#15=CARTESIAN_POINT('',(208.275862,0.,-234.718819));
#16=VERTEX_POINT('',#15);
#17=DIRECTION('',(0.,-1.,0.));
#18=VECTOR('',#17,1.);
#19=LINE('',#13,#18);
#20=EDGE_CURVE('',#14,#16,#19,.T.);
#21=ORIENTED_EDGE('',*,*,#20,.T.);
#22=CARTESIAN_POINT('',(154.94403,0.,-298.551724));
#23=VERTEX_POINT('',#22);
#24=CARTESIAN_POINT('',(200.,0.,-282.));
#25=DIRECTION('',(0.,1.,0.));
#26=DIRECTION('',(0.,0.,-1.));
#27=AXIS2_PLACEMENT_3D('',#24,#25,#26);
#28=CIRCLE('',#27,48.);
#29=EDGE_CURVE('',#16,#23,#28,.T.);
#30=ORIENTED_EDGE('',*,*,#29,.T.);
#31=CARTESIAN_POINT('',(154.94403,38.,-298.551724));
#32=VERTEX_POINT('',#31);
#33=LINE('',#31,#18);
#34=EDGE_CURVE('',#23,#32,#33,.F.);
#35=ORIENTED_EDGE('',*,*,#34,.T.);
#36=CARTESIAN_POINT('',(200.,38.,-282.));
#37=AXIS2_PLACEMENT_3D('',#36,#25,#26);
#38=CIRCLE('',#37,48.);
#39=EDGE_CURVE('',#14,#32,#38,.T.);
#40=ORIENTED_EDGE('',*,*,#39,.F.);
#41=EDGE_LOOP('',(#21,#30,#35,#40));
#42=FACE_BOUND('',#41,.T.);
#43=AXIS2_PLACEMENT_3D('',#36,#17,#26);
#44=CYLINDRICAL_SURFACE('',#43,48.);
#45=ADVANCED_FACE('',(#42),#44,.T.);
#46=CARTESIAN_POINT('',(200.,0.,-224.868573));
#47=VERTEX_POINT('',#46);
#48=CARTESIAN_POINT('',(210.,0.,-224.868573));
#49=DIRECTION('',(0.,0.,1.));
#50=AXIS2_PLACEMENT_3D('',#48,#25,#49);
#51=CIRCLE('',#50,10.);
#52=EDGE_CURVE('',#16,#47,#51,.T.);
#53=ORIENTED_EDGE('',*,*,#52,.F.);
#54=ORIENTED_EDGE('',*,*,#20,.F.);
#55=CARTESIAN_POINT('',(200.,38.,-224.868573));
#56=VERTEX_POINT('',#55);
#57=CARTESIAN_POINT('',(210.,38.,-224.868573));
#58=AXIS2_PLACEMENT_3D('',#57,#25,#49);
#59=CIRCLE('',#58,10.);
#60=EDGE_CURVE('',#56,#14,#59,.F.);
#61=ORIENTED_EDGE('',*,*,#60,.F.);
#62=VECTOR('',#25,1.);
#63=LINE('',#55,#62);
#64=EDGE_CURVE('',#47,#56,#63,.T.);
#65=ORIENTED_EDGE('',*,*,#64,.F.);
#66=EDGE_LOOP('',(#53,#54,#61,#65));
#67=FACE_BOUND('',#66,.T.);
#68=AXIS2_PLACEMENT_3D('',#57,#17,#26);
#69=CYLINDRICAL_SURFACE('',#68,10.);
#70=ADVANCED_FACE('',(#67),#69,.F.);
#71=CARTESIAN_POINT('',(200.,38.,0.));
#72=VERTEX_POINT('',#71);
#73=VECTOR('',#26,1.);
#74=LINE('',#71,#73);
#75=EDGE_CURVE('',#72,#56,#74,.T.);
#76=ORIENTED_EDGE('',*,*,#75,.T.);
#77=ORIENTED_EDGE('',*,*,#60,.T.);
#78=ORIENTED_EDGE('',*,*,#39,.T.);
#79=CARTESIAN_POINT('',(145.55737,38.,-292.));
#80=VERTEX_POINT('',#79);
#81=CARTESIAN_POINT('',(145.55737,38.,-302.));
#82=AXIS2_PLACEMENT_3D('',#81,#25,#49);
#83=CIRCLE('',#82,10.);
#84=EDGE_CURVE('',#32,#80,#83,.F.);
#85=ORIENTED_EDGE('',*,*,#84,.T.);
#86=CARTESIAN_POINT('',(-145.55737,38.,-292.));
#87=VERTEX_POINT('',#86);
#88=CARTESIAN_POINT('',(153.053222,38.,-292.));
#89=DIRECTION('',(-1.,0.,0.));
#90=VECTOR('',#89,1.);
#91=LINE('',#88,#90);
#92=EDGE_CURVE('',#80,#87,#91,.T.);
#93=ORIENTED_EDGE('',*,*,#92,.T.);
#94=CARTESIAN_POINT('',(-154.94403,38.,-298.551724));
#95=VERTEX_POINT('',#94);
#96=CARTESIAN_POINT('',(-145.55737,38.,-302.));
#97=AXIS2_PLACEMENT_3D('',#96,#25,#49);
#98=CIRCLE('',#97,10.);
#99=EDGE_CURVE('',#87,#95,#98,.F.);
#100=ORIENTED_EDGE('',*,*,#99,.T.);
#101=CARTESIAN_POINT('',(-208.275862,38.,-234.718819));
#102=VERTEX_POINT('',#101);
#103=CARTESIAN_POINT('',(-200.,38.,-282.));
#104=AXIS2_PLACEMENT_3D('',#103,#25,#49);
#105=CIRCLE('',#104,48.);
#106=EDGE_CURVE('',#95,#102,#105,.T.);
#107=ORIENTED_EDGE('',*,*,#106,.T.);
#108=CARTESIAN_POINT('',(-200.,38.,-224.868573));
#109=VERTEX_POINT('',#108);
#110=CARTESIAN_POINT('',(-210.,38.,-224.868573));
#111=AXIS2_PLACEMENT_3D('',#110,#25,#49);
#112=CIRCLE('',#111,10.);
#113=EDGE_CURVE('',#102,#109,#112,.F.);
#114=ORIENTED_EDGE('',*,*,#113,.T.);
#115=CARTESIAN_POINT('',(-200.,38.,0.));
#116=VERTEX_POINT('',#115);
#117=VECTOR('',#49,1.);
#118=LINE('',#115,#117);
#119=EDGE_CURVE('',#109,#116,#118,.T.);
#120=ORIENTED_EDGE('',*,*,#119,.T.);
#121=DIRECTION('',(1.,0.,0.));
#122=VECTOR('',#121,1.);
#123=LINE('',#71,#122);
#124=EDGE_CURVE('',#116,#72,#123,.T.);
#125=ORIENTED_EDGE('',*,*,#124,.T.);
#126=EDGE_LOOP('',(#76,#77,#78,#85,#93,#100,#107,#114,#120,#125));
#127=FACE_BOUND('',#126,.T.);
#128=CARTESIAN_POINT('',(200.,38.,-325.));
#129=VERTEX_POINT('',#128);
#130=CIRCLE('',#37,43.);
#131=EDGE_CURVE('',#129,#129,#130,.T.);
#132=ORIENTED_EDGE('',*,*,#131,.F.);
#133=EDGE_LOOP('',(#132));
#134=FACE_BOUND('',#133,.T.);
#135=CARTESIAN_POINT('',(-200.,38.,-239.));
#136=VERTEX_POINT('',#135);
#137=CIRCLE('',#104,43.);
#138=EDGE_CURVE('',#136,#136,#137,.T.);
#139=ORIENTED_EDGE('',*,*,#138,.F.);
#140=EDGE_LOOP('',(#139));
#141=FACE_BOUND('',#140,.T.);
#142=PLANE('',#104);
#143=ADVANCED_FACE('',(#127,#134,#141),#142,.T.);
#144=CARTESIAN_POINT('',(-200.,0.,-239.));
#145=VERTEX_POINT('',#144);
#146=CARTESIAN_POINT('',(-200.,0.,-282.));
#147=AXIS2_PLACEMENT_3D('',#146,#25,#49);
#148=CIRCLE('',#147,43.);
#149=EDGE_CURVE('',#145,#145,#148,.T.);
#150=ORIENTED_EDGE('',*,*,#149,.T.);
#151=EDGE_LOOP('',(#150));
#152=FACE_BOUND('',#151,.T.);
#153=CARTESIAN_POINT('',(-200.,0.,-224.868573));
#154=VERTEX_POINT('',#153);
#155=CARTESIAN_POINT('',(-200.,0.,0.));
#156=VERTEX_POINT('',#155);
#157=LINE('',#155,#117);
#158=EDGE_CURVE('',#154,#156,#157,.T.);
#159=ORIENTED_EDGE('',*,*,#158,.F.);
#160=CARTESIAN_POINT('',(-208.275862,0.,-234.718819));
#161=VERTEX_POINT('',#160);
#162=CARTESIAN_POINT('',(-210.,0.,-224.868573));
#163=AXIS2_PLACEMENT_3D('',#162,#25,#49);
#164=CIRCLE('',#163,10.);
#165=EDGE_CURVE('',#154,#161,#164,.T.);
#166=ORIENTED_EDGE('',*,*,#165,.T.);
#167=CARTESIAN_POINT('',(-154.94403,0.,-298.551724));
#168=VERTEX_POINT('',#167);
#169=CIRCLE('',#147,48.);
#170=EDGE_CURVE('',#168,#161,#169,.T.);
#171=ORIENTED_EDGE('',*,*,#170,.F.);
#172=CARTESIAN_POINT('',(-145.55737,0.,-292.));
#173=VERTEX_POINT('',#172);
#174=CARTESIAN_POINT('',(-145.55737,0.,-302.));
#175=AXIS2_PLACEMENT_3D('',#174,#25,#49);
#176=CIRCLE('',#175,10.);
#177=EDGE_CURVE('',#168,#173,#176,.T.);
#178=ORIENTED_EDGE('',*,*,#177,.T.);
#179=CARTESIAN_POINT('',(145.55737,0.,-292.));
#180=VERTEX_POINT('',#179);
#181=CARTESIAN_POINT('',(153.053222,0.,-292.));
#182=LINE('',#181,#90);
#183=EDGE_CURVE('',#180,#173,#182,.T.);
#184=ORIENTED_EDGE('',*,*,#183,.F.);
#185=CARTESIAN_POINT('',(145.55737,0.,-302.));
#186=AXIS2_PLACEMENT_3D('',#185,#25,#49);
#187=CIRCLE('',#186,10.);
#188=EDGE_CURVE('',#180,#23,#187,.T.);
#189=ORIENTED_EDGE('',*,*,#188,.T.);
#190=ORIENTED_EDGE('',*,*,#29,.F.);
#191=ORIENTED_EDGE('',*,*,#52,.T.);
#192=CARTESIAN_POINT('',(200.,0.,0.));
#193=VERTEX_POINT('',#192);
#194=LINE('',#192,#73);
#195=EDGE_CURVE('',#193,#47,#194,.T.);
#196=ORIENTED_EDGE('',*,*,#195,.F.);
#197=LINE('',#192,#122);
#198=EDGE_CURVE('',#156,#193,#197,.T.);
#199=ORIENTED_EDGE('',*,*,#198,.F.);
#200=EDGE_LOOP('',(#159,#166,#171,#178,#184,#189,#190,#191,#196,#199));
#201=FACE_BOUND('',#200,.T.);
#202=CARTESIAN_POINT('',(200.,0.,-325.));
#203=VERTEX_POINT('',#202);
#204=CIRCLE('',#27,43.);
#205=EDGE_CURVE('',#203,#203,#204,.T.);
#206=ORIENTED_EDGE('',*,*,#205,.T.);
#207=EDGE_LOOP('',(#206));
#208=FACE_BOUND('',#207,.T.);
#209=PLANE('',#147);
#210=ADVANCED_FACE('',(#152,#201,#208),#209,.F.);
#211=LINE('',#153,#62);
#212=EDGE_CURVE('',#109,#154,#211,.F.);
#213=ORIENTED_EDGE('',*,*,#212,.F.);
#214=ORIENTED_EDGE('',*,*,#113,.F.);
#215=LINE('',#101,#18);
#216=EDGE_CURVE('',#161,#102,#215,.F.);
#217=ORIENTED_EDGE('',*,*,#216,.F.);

******************************

Only the lines above starting at the line that holds "#127=FACE_BOUND('',#126,.T.);" and ending at the line that holds "#136=VERTEX_POINT('',#135);" are to be repeated, exactly and in full.

#127=FACE_BOUND('',#126,.T.);
#128=CARTESIAN_POINT('',(200.,38.,-325.));
#129=VERTEX_POINT('',#128);
#130=CIRCLE('',#37,43.);
#131=EDGE_CURVE('',#129,#129,#130,.T.);
#132=ORIENTED_EDGE('',*,*,#131,.F.);
#133=EDGE_LOOP('',(#132));
#134=FACE_BOUND('',#133,.T.);
#135=CARTESIAN_POINT('',(-200.,38.,-239.));
#136=VERTEX_POINT('',#135);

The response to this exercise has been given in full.